Thank you for the excellent explanation. I'm curious, and you didn't say, why is it a problem for the tracer to block? Is it a design/pedagogical concern, or is there a more practical reason?

BTW, I'm working on this impl now, will report back if I come across a problem.

ejona86 commented 4 years ago

The each network thread can perform (nonblocking) I/O for multiple connections. If you block it would prevent all connections associated with that thread from being processed. Note that that could cause keepalives to fail and thus connections to be destroyed and it could also cause handshake timeouts. The threads are used for timers, so blocking can prevent timers from firing, e.g., for deadlines. If you use gRPC to get your auth token it could deadlock. It might even be possible to cause the StreamObserver API to block the calling thread.

The number of things that go wrong can be high, and it can be really hard to track down the source of the issue. It is totally possible to write code that runs on these threads. Just stay mindful. It's more "don't take short-cuts."

asarkar commented 4 years ago

I assume by “connection”, you mean the underlying transport connection.

Unfortunately, it seems like I can’t use the tracer for my case. The server returns an OK status with an error message (it’s bad, but nothing I can do about that), so status alone isn’t enough to keep or invalidate the token. I’m using Spring, so I’m going to use your idea of invalidating the token by having a singleton CallCredentials that is accessed from response onMessage.

sanjaypujare commented 4 years ago

... The server returns an OK status with an error message (it’s bad, but nothing I can do about that), so status alone isn’t enough to keep or invalidate the token.

But Status also includes description. Wouldn't that be the error message you are looking for?

asarkar commented 4 years ago

@sanjaypujare, No, the error is actually a valid message as far as gRPC is concerned. Just like Microservices, there are people jumping on the gRPC bandwagon because they heard it's "better" or "faster", but have no clue or intent to do it right.

sanjaypujare commented 4 years ago

@sanjaypujare, No, the error is actually a valid message as far as gRPC is concerned. Just like Microservices, there are people jumping on the gRPC bandwagon because they heard it's "better" or "faster", but have no clue or intent to do it right.

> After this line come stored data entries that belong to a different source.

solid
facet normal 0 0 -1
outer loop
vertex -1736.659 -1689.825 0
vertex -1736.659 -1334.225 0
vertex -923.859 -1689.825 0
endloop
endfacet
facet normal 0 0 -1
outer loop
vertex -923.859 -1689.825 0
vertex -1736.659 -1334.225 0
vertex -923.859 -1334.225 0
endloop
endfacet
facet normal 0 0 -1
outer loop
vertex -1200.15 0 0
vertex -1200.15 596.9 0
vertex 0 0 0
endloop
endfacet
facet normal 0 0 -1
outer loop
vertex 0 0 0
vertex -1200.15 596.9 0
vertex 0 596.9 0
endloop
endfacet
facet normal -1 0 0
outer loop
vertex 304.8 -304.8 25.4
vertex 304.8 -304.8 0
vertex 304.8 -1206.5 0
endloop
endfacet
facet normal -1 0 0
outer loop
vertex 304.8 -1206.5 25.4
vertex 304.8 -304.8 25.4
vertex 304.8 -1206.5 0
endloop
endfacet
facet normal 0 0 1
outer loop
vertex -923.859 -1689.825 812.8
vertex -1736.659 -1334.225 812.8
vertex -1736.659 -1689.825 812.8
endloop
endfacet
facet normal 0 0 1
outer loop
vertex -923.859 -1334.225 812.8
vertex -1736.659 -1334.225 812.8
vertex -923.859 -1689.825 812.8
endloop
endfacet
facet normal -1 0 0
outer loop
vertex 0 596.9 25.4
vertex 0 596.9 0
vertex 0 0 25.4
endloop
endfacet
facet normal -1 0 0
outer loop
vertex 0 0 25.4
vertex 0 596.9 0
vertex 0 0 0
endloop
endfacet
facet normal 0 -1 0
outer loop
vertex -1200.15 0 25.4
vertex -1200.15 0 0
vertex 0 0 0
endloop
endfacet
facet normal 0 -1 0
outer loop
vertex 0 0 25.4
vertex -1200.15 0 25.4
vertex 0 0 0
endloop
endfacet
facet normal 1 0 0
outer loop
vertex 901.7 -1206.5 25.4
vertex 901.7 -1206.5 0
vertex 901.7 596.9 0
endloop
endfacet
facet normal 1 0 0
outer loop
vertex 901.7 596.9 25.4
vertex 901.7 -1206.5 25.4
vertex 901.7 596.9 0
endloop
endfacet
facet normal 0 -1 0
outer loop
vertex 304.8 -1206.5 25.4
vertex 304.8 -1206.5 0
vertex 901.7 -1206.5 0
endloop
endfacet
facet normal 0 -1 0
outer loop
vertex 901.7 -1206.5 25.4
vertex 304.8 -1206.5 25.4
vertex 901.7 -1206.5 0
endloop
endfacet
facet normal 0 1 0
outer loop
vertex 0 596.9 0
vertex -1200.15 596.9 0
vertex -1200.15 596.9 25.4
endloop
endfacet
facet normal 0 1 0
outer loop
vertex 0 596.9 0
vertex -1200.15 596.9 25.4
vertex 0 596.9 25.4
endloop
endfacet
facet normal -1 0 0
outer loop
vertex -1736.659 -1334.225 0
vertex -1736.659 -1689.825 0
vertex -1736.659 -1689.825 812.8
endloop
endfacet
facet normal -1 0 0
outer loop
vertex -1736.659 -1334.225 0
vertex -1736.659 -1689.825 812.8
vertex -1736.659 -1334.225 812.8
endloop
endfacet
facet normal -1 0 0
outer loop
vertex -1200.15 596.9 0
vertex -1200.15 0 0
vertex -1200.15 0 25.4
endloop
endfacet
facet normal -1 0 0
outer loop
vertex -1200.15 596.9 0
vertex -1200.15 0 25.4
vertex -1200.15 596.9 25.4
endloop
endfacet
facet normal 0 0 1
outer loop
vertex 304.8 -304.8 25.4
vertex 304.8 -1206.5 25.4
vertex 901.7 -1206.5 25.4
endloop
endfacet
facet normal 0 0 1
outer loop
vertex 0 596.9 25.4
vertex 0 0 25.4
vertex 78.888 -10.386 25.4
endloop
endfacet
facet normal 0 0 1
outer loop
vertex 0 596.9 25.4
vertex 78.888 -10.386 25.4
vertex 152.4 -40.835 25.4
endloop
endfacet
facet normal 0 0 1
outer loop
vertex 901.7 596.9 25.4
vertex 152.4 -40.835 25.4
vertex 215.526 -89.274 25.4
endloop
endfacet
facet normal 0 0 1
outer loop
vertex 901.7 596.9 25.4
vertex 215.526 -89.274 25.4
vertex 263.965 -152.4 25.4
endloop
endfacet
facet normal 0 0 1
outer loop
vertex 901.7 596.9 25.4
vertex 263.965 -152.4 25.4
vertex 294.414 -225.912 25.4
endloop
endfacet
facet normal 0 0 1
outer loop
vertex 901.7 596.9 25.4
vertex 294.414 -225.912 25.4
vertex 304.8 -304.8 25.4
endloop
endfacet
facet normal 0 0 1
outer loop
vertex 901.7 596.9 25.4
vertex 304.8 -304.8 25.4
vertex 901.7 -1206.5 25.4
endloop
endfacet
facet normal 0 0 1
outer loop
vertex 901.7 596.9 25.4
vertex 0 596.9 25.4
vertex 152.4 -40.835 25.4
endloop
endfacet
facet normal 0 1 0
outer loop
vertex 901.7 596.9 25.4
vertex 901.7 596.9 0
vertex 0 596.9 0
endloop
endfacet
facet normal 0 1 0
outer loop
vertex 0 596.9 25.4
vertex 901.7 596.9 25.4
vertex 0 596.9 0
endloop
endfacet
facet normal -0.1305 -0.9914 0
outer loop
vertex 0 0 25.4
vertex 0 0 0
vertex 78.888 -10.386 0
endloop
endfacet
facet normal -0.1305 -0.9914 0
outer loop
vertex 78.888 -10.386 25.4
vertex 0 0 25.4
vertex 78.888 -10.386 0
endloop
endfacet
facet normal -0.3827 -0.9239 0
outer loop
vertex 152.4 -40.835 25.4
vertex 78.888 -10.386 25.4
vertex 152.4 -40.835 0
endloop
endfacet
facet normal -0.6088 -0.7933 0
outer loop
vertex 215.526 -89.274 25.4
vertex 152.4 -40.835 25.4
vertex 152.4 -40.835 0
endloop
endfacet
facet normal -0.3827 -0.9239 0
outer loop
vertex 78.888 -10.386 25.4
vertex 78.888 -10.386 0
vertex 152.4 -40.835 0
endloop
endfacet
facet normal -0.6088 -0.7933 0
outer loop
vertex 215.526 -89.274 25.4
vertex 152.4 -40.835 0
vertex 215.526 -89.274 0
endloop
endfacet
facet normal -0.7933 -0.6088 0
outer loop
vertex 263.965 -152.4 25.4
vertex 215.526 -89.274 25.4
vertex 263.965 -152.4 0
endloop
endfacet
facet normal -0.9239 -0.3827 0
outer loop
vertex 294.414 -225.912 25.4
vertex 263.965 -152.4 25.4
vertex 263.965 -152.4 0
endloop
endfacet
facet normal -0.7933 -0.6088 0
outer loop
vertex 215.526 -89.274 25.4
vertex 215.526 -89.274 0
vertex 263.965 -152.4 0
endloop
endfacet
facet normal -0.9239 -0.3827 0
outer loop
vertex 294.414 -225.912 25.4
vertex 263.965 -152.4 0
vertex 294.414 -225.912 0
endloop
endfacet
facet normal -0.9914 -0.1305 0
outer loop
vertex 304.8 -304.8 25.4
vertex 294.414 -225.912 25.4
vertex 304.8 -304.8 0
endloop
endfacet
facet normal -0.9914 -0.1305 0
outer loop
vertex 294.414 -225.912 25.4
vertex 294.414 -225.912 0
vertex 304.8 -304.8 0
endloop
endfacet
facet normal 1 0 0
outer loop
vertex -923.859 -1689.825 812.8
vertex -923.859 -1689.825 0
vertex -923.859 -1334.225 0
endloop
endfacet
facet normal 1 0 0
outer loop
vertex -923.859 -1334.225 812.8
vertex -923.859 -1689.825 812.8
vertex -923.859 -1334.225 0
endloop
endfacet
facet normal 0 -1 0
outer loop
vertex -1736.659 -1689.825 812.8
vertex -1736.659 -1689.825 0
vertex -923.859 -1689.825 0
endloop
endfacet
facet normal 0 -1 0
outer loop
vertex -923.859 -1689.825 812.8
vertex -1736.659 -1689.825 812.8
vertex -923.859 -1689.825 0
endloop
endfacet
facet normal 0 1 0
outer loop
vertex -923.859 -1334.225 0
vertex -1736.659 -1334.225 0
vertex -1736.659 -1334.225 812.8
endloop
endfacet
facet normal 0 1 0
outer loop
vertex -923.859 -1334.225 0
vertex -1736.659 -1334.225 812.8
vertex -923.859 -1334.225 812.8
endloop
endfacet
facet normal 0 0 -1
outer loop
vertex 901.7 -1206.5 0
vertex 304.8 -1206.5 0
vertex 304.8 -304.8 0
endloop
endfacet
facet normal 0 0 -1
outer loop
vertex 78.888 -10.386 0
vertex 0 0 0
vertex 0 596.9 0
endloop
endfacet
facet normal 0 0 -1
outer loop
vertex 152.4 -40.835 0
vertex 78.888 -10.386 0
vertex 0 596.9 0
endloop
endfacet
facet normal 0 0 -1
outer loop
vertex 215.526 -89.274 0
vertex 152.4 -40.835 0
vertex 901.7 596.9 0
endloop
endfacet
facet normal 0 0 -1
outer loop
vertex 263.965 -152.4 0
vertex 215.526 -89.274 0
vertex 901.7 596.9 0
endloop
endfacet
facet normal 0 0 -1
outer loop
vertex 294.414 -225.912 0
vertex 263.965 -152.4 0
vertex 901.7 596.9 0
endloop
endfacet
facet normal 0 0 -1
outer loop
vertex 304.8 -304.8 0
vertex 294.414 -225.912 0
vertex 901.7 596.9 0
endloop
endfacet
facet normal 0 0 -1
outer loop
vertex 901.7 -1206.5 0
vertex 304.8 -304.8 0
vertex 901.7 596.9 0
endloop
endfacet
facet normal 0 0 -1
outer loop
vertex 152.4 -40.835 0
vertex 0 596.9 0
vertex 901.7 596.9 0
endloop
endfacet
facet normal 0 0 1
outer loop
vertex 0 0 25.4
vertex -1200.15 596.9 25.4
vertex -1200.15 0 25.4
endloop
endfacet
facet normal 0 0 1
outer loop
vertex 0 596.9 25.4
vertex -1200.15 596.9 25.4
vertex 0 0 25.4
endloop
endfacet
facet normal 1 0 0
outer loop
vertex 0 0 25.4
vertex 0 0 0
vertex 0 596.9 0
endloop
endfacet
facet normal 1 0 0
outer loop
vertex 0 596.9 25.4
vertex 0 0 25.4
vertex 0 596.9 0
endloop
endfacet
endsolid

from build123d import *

# Parameters (mm, degrees)
F0_W     = 1200.15
F0_H     = 596.9
F1_DEPTH = 25.4
F2_DEPTH = 25.4
F3_W     = 812.8
F3_H     = 355.6
F4_DEPTH = 812.8


with BuildPart() as f1:
    # F0 (on Top) → F1 (new body)
    with BuildSketch(Plane.XY):
        with Locations((-600.075, 298.45)):
            Rectangle(F0_W, F0_H)
    extrude(amount=F1_DEPTH)


with BuildPart() as f2:
    # F0 (on Top) → F2 (new body)
    with BuildSketch(Plane.XY):
        with BuildLine():
            Line((0, 596.9), (0, 0))
            ThreePointArc((0, 0), (215.526147, -89.273853), (304.8, -304.8))
            Line((304.8, -304.8), (304.8, -1206.5))
            Line((304.8, -1206.5), (901.7, -1206.5))
            Line((901.7, -1206.5), (901.7, 596.9))
            Line((901.7, 596.9), (0, 596.9))
        make_face()
    extrude(amount=F2_DEPTH)


with BuildPart() as f4:
    # F3 (on face) → F4 (new body)
    with BuildSketch(Plane.XY):
        with Locations((-1330.259169, -1512.025296)):
            Rectangle(F3_W, F3_H)
    extrude(amount=F4_DEPTH)


solid = Compound([f1.part, f2.part, f4.part])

Oh okay. So the so called error message is part of the response message (RespT) which is why you mentioned accessing from the response onMessage. Got it.

ejona86 commented 4 years ago

If your server responds with OK, then an expired token will never trigger built-in retries. (Because the RPC was successful)

asarkar commented 4 years ago

will never trigger built-in retries

Yes, I realized that after I implemented the interceptor. I throw an exception when I see the "error message", but it's too late. Currently researching other way to deal with this :rage:

sanjaypujare commented 4 years ago

Yes, I realized that after I implemented the interceptor. I throw an exception when I see the "error message", but it's too late. Currently researching other way to deal with this 😡

Instead of throwing an exception how about sending a close with the appropriate status to the responseListener? Something like the following in your interceptor:

              public void onMessage(RespT message) {
                if ("error message".equals(message)) {
                  responseListener.onClose(Status.UNAUTHENTICATED, null);
                }
              }
ejona86 commented 4 years ago

Instead of throwing an exception how about sending a close with the appropriate status to the responseListener?

Yes, we don't really want people throwing exceptions from interceptors. But in either case the call will be complete and you can't trigger a built-in retry.

dapengzhang0 commented 4 years ago

Seems the issue is resolved. We can reopen it if there is a new update still having issues.